Jadwal laga pamungkas melawan Timnas Jepang U-17 dijadwalkan pada Selasa, 12 Mei 2026, pukul 23.00 WIB (19.00 waktu setempat) di King Abdullah Sports City Training Stadium, Jeddah, Arab Saudi. Pertandingan dapat disaksikan secara langsung melalui RCTI serta streaming live di Vision+. Kemenangan menjadi satu‑satu keharusan; hasil imbang atau kekalahan akan menutup peluang Indonesia melaju ke perempat final.
Situasi Klasemen Grup B
| Tim | Poin | Selisih Gol |
|---|---|---|
| Jepang | 6 | +3 |
| Qatar | 3 | 0 |
| Indonesia | 3 | -1 |
| China | 0 | -2 |
Jepang sudah mengamankan dua kemenangan melawan Qatar (3-1) dan China (2-1), sehingga berada di puncak grup. Qatar menempati posisi kedua berkat selisih gol yang lebih baik dan head‑to‑head melawan Indonesia. China masih tanpa poin dan menjadi juru kunci dalam perhitungan bila berhasil mengalahkan Qatar pada hari yang sama.
Analisis Pertandingan Sebelumnya
- Indonesia vs China (1-0): Gol tunggal dicetak oleh Mathew Baker pada menit ke‑23 setelah serangan balik cepat.
- Indonesia vs Qatar (0-2): Qatar membuka keunggulan melalui Ayokunle Tokode pada menit ke‑56, diikuti gol kedua oleh Dhiaeddine Benyatla sepuluh menit kemudian. Indonesia gagal memanfaatkan penalti pada menit ke‑14 karena tendangan Mathew Baker diblokir kiper Qatar, Made Arbi.
Penampilan lini pertahanan Indonesia cukup disiplin, namun kurang efektif dalam mengonversi peluang menjadi gol. Sementara itu, Qatar menampilkan agresivitas tinggi dan kemampuan menembus pertahanan lawan.

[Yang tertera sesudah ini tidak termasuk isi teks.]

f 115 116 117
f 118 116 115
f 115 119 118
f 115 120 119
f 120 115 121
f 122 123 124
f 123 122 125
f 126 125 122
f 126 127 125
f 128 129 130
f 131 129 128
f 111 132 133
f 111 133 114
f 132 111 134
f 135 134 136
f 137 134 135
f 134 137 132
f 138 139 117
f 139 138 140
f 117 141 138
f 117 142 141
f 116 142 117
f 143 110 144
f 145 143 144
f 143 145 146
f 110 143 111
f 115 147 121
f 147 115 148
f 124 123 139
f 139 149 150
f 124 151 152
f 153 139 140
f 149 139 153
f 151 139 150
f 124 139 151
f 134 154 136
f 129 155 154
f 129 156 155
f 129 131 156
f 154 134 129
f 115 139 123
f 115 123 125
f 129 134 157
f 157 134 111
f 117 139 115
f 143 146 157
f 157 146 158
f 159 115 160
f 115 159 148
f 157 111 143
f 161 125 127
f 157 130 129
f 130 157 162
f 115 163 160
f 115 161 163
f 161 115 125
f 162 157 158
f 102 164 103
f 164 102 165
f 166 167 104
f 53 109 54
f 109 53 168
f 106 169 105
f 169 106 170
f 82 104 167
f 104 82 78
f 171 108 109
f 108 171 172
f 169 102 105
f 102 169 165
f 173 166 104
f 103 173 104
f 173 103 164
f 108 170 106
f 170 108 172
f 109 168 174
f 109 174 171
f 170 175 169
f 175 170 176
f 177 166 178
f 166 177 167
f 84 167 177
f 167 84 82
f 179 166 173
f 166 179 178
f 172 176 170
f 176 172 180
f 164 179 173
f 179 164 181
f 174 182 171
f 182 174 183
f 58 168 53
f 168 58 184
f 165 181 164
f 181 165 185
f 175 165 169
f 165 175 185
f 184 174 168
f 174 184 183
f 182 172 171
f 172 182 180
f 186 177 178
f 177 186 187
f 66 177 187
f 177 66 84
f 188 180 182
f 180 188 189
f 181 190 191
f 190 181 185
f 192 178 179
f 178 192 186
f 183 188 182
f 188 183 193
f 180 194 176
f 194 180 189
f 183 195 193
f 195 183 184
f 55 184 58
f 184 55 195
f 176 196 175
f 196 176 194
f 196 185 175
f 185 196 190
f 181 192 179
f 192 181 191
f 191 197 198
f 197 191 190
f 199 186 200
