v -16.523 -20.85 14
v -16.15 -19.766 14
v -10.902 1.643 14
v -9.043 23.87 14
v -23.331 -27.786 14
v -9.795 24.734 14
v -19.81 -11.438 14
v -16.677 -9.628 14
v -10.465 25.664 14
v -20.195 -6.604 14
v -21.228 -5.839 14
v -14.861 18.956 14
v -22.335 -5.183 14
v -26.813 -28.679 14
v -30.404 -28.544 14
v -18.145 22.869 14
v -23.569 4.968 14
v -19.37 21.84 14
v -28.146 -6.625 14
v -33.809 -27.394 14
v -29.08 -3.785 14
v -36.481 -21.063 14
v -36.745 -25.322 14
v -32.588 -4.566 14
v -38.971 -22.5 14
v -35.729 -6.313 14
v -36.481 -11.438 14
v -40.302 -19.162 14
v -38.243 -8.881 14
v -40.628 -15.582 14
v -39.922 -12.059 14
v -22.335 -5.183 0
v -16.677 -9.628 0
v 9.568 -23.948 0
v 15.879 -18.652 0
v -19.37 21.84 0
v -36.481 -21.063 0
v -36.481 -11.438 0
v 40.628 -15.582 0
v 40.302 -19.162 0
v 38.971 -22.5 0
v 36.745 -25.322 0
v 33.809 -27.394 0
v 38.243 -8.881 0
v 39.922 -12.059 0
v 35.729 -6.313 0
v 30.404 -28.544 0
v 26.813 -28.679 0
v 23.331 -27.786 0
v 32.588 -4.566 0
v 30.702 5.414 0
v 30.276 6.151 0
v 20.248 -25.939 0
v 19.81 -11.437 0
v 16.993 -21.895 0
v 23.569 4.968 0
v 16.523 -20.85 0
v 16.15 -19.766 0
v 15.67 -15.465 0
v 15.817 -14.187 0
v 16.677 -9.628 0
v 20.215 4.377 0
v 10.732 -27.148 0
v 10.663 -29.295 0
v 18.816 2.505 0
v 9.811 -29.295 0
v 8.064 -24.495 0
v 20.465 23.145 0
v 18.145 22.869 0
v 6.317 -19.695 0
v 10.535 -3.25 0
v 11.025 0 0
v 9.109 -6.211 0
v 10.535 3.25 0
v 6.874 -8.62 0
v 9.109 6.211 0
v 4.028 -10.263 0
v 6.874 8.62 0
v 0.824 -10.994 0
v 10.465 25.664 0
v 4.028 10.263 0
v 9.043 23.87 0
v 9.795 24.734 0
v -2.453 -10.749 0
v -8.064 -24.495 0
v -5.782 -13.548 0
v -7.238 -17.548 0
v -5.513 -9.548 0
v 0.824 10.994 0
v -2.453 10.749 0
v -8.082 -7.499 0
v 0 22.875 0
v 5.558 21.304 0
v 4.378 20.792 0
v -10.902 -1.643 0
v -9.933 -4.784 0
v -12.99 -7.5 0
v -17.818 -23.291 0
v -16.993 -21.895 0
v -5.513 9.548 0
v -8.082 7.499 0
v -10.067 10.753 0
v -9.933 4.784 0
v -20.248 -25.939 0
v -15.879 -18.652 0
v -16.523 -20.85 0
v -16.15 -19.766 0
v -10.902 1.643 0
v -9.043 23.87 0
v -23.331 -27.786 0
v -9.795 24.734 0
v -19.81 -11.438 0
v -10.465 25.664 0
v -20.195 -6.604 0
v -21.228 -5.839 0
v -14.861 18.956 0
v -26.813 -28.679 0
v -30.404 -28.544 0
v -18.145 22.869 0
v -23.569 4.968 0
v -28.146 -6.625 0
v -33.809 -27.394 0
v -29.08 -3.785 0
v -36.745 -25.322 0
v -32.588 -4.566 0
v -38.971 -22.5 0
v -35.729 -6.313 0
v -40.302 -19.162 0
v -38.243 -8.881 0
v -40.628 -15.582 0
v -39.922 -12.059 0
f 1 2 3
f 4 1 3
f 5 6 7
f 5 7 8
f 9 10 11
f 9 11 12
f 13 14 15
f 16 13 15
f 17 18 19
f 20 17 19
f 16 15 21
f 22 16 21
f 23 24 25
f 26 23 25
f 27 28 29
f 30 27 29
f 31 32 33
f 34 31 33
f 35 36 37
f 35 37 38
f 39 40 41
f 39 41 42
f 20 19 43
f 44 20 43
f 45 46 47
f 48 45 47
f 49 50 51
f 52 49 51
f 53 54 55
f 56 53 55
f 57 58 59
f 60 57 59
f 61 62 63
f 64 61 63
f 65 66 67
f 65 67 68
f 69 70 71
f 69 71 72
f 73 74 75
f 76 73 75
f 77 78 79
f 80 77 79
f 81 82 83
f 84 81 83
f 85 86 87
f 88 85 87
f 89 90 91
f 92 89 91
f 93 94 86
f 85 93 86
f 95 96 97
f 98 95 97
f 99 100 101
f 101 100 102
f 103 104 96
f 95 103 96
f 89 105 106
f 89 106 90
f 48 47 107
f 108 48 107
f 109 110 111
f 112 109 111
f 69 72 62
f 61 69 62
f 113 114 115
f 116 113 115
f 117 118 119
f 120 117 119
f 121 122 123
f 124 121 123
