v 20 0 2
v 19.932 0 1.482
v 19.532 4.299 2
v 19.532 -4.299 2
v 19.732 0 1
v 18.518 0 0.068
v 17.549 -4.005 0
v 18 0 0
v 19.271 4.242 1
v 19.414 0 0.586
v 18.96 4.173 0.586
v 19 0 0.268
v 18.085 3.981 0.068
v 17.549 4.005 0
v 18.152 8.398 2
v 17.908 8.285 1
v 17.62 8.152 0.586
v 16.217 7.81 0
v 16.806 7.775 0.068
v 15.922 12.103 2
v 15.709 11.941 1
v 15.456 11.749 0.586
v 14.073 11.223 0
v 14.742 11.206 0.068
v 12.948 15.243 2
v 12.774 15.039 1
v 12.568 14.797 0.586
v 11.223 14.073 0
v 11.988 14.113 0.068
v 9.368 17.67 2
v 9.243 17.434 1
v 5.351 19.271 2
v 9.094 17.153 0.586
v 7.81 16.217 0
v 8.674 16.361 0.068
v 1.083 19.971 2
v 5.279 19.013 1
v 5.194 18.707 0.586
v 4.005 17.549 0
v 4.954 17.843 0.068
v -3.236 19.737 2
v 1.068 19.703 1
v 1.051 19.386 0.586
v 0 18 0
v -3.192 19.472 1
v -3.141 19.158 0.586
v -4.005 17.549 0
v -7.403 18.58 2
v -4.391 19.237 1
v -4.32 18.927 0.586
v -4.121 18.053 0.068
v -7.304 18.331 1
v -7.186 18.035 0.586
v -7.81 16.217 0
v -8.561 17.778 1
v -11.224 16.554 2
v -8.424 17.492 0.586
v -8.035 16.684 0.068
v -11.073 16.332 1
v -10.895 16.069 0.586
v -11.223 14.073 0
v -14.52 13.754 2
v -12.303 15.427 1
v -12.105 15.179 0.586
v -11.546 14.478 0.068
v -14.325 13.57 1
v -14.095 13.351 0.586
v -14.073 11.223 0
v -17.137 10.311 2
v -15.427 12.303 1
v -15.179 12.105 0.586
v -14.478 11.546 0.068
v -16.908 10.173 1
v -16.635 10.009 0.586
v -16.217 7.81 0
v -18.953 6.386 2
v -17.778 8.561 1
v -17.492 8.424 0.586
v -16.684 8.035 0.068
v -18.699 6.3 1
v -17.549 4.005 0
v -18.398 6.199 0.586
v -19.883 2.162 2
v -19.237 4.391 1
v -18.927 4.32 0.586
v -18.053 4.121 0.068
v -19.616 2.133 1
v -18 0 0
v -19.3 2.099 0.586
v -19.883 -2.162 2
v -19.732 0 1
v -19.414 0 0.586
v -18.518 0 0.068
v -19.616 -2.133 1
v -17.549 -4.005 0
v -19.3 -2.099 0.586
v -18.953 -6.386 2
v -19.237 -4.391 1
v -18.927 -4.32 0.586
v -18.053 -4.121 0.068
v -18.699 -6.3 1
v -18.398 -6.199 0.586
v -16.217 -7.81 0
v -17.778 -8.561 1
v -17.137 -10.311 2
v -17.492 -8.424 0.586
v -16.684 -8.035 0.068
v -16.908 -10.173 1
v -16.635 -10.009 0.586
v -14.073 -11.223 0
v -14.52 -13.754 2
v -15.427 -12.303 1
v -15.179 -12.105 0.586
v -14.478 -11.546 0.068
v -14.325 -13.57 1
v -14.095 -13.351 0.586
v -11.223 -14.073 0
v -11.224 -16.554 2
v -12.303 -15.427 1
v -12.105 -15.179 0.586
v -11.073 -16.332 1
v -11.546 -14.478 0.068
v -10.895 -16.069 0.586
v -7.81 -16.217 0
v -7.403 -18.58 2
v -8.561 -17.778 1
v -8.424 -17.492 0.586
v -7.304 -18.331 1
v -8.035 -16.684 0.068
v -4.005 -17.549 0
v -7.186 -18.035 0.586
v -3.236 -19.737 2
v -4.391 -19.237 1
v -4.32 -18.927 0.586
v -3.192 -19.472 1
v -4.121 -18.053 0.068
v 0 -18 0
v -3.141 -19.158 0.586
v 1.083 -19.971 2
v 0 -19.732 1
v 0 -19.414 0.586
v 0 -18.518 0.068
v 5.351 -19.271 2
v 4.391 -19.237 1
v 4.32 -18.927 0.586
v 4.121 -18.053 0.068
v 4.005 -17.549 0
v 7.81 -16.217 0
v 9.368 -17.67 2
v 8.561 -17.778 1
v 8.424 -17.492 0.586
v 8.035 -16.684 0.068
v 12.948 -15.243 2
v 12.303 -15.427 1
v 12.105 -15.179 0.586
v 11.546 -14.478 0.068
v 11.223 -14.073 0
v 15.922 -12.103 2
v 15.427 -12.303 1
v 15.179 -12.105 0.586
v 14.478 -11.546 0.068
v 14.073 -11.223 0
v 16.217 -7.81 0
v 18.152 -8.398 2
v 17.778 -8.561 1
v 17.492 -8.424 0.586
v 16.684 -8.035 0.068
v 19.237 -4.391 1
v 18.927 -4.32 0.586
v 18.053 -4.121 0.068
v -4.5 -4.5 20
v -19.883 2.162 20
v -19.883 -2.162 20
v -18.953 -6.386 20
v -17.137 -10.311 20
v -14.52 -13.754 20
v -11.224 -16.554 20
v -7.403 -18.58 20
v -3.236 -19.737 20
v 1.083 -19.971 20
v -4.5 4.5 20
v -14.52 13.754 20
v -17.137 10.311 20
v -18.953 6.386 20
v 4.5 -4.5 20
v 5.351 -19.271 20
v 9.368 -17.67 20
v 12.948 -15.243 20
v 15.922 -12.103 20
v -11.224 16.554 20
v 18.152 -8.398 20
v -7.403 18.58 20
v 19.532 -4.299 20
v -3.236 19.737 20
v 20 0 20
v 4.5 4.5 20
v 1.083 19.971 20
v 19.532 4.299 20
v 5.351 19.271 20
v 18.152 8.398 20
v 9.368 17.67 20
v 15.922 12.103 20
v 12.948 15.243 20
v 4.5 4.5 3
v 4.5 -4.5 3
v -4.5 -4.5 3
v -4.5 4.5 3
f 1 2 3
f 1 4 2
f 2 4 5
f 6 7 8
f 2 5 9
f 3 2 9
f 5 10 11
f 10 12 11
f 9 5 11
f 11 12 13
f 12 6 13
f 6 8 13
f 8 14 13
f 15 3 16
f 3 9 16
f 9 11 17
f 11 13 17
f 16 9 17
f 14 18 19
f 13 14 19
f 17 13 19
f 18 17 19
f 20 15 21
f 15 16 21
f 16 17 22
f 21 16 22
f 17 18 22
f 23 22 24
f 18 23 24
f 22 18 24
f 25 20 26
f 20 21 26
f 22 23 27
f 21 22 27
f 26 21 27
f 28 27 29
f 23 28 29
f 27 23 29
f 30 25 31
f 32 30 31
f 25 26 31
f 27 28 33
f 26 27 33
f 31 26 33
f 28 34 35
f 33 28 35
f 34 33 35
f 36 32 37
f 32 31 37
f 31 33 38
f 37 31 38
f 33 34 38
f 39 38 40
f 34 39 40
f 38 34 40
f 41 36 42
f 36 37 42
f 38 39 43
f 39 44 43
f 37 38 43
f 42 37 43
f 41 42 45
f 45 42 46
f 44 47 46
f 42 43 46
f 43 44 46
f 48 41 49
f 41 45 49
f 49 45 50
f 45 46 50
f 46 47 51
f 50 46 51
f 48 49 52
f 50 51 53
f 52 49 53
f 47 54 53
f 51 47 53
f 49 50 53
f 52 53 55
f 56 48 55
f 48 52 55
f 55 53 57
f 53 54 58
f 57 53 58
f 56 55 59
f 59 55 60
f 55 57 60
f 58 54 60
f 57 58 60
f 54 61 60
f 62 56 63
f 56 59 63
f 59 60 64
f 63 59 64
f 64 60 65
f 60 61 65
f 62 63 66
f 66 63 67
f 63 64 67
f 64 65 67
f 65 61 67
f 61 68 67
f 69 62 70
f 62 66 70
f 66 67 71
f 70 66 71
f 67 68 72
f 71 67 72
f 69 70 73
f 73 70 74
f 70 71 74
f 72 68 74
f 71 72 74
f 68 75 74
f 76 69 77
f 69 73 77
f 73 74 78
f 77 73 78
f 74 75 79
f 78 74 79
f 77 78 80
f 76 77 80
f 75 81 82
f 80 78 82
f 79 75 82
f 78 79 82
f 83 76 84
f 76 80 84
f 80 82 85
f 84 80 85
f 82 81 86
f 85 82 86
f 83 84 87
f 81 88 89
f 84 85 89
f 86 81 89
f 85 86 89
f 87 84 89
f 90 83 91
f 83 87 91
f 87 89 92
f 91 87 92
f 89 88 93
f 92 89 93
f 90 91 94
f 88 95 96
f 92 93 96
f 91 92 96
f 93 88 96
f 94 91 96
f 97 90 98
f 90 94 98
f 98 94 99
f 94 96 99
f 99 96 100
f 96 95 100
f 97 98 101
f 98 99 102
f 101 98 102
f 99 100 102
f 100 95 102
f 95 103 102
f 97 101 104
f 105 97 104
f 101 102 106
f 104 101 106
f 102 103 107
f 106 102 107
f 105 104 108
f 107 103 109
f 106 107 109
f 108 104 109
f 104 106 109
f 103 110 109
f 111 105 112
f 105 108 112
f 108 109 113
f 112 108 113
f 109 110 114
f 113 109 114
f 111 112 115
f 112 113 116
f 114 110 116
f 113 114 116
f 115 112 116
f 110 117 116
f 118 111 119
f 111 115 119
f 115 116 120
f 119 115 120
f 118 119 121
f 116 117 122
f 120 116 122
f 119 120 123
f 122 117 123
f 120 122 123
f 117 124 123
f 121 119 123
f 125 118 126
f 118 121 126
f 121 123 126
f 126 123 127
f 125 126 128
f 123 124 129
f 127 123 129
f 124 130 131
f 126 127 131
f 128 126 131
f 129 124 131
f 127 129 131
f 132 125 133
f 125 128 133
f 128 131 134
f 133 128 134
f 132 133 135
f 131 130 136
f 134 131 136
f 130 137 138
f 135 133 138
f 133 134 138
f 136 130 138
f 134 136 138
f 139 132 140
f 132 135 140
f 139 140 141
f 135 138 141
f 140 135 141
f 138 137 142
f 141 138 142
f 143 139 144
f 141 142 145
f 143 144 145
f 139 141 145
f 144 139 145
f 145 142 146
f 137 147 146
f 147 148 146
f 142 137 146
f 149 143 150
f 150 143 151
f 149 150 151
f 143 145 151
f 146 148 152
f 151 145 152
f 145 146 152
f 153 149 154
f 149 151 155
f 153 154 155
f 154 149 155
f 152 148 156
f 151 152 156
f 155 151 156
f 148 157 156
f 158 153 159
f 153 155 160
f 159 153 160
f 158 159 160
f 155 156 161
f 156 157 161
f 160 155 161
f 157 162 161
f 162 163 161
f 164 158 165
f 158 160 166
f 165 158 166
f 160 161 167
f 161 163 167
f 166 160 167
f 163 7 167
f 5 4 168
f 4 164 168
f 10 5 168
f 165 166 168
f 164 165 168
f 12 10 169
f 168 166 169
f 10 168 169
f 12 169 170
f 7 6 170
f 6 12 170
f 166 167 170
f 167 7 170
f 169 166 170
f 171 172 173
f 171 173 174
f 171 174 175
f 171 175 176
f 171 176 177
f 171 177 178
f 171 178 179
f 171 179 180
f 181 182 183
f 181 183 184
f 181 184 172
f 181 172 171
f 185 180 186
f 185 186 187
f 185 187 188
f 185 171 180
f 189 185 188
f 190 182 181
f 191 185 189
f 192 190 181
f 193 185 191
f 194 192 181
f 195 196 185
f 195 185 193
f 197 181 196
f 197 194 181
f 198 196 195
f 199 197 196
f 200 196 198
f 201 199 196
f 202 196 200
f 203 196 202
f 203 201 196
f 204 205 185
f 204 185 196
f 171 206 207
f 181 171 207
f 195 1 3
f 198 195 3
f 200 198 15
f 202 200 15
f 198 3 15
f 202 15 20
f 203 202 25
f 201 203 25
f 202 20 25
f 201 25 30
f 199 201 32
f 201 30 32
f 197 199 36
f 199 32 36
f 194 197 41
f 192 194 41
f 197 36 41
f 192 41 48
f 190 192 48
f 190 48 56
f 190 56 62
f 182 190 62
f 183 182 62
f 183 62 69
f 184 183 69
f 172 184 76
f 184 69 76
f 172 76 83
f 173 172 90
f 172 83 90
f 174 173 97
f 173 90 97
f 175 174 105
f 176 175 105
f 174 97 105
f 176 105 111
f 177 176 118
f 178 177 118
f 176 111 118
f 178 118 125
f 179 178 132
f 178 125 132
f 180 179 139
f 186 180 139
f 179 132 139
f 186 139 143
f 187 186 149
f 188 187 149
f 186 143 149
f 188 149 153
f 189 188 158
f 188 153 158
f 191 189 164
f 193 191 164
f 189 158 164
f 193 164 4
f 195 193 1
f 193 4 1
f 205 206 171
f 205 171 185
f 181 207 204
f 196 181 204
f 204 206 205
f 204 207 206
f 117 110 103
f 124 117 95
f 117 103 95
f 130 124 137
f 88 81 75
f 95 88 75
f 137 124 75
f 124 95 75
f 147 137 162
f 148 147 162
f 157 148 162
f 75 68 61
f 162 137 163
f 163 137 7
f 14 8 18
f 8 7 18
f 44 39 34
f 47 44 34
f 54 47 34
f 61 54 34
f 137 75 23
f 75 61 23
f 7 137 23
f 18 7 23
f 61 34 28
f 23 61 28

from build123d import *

# Parameters (mm, degrees)
F0_R     = 20
F0_W     = 9
F0_H     = 9
F1_DEPTH = 3
F2_DEPTH = 20
F3_R     = 2


with BuildPart() as f1:
    # F0 (on Top) → F1 (new body)
    with BuildSketch(Plane.XY):
        Circle(F0_R)
        Rectangle(F0_W, F0_H, mode=Mode.SUBTRACT)
        Rectangle(F0_W, F0_H)
    extrude(amount=F1_DEPTH)

    # F0 (on Top) → F2 (join)
    with BuildSketch(Plane.XY):
        Circle(F0_R)
        Rectangle(F0_W, F0_H, mode=Mode.SUBTRACT)
    extrude(amount=F2_DEPTH)

    # F3
    f3_edges = [f1.edges().sort_by_distance(p)[0] for p in [
        (-20, 0, 0),
    ]]
    fillet(f3_edges, radius=F3_R)


solid = f1.part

Strategi Pelatih Kurniawan Dwi Yulianto
Pelatih Kurniawan menekankan pentingnya menahan serangan cepat Jepang serta memanfaatkan serangan balik. Ia menginstruksikan pemain sayap untuk mempercepat transisi bola dan menciptakan ruang bagi penyerang tengah. Di sisi lain, lini tengah diminta meningkatkan tekanan pada penguasaan bola Jepang, yang dikenal dengan pola permainan cepat dan rapi.
Dalam sesi latihan terakhir, Kurniawan menekankan latihan set‑piece, terutama tendangan bebas dan penalti, mengingat Indonesia pernah kehilangan peluang penalti melawan Qatar.

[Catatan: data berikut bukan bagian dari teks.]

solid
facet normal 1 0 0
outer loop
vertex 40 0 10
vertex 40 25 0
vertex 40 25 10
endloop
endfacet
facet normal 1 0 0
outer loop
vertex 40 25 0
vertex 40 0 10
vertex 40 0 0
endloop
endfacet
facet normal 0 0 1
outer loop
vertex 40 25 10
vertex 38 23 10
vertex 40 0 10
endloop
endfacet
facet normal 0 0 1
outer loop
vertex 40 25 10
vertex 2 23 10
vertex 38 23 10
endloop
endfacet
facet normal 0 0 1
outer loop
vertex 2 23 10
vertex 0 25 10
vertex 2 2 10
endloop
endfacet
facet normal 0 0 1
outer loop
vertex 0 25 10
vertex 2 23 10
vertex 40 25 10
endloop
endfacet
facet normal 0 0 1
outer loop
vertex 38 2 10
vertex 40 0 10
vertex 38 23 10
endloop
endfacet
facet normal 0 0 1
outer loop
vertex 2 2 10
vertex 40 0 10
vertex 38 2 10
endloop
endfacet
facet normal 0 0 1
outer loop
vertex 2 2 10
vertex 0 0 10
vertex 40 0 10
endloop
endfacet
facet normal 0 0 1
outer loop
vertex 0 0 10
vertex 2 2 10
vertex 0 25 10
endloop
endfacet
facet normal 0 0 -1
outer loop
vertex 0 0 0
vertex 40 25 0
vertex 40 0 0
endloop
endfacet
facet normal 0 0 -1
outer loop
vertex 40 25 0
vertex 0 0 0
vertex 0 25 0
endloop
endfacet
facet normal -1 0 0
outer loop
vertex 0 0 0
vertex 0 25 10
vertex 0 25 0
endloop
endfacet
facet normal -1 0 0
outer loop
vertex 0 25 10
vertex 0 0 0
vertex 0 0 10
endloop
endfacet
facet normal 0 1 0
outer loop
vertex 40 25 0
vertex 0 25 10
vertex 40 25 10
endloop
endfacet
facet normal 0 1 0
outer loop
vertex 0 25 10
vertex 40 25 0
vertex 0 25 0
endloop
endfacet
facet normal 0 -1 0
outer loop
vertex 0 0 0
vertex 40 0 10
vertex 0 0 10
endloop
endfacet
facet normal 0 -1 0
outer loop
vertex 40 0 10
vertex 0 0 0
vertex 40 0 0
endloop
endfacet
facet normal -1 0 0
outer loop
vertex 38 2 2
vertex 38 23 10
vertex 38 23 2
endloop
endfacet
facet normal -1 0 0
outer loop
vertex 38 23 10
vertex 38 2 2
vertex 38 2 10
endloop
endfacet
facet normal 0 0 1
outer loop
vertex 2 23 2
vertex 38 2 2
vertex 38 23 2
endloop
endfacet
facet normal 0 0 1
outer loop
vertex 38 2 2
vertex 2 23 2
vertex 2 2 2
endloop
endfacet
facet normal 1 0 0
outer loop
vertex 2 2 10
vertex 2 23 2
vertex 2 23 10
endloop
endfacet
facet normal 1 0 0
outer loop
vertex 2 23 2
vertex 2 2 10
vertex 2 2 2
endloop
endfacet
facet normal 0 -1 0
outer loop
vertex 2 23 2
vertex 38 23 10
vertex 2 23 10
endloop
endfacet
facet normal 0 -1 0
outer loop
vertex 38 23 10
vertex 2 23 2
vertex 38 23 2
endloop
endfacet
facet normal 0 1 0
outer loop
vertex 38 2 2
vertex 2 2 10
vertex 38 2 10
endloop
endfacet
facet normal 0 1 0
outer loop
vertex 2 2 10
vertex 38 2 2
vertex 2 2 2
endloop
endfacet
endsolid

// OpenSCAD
// TEMPLATE: copy this folder, rename it, edit.
// Build: python scripts/build_part.py printer/<name>
//
// Rules: millimetres, parameters first, part sits on z=0 in print orientation.
// Libraries (after scripts/fetch_libs.py):
//   include <BOSL2/std.scad>

/* [Size] */
width  = 40;
depth  = 25;
height = 10;
wall   = 2;      // >= 2 perimeters of a 0.4 nozzle

/* [Fit] */
clearance = 0.2; // per side, for parts that slide together; tune after a test print

$fn = 64;

difference() {
    cube([width, depth, height]);
    translate([wall, wall, wall])
        cube([width - 2 * wall, depth - 2 * wall, height]);
}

Harapan Suporter dan Dampak Finansial
Suporter Garuda Muda diharapkan memberikan dukungan moral melalui media sosial dan forum online. Meskipun pertandingan tidak dihadiri penonton langsung karena kebijakan stadion, suara sorak sorai virtual diharapkan meningkatkan semangat pemain.
Jika Indonesia gagal melaju, dampak finansial bagi PSSI dapat berkurang, sementara negara-negara lain di zona ASEAN, termasuk Laos, diprediksi akan menerima bonus tambahan dari sponsor regional yang mengalokasikan dana ratusan juta rupiah bagi tim yang berhasil melaju ke fase berikutnya. Bonus tersebut menjadi insentif bagi federasi ASEAN untuk meningkatkan kompetisi di tingkat junior.
Dengan tekanan tinggi, pertandingan melawan Jepang menjadi ujian akhir. Semua mata tertuju pada Mathew Baker, yang diharapkan menjadi penentu dalam menyerang, serta kiper Made Arbi yang harus digagalkan. Jika Indonesia mampu mencetak satu gol dan menahan serangan Jepang, peluang melaju ke perempat final tetap terbuka, asalkan China berhasil mengalahkan Qatar.
Berita ini akan terus diperbarui menjelang pertandingan, dengan analisis taktik, perkiraan susunan pemain, dan update kondisi fisik pemain muda Indonesia.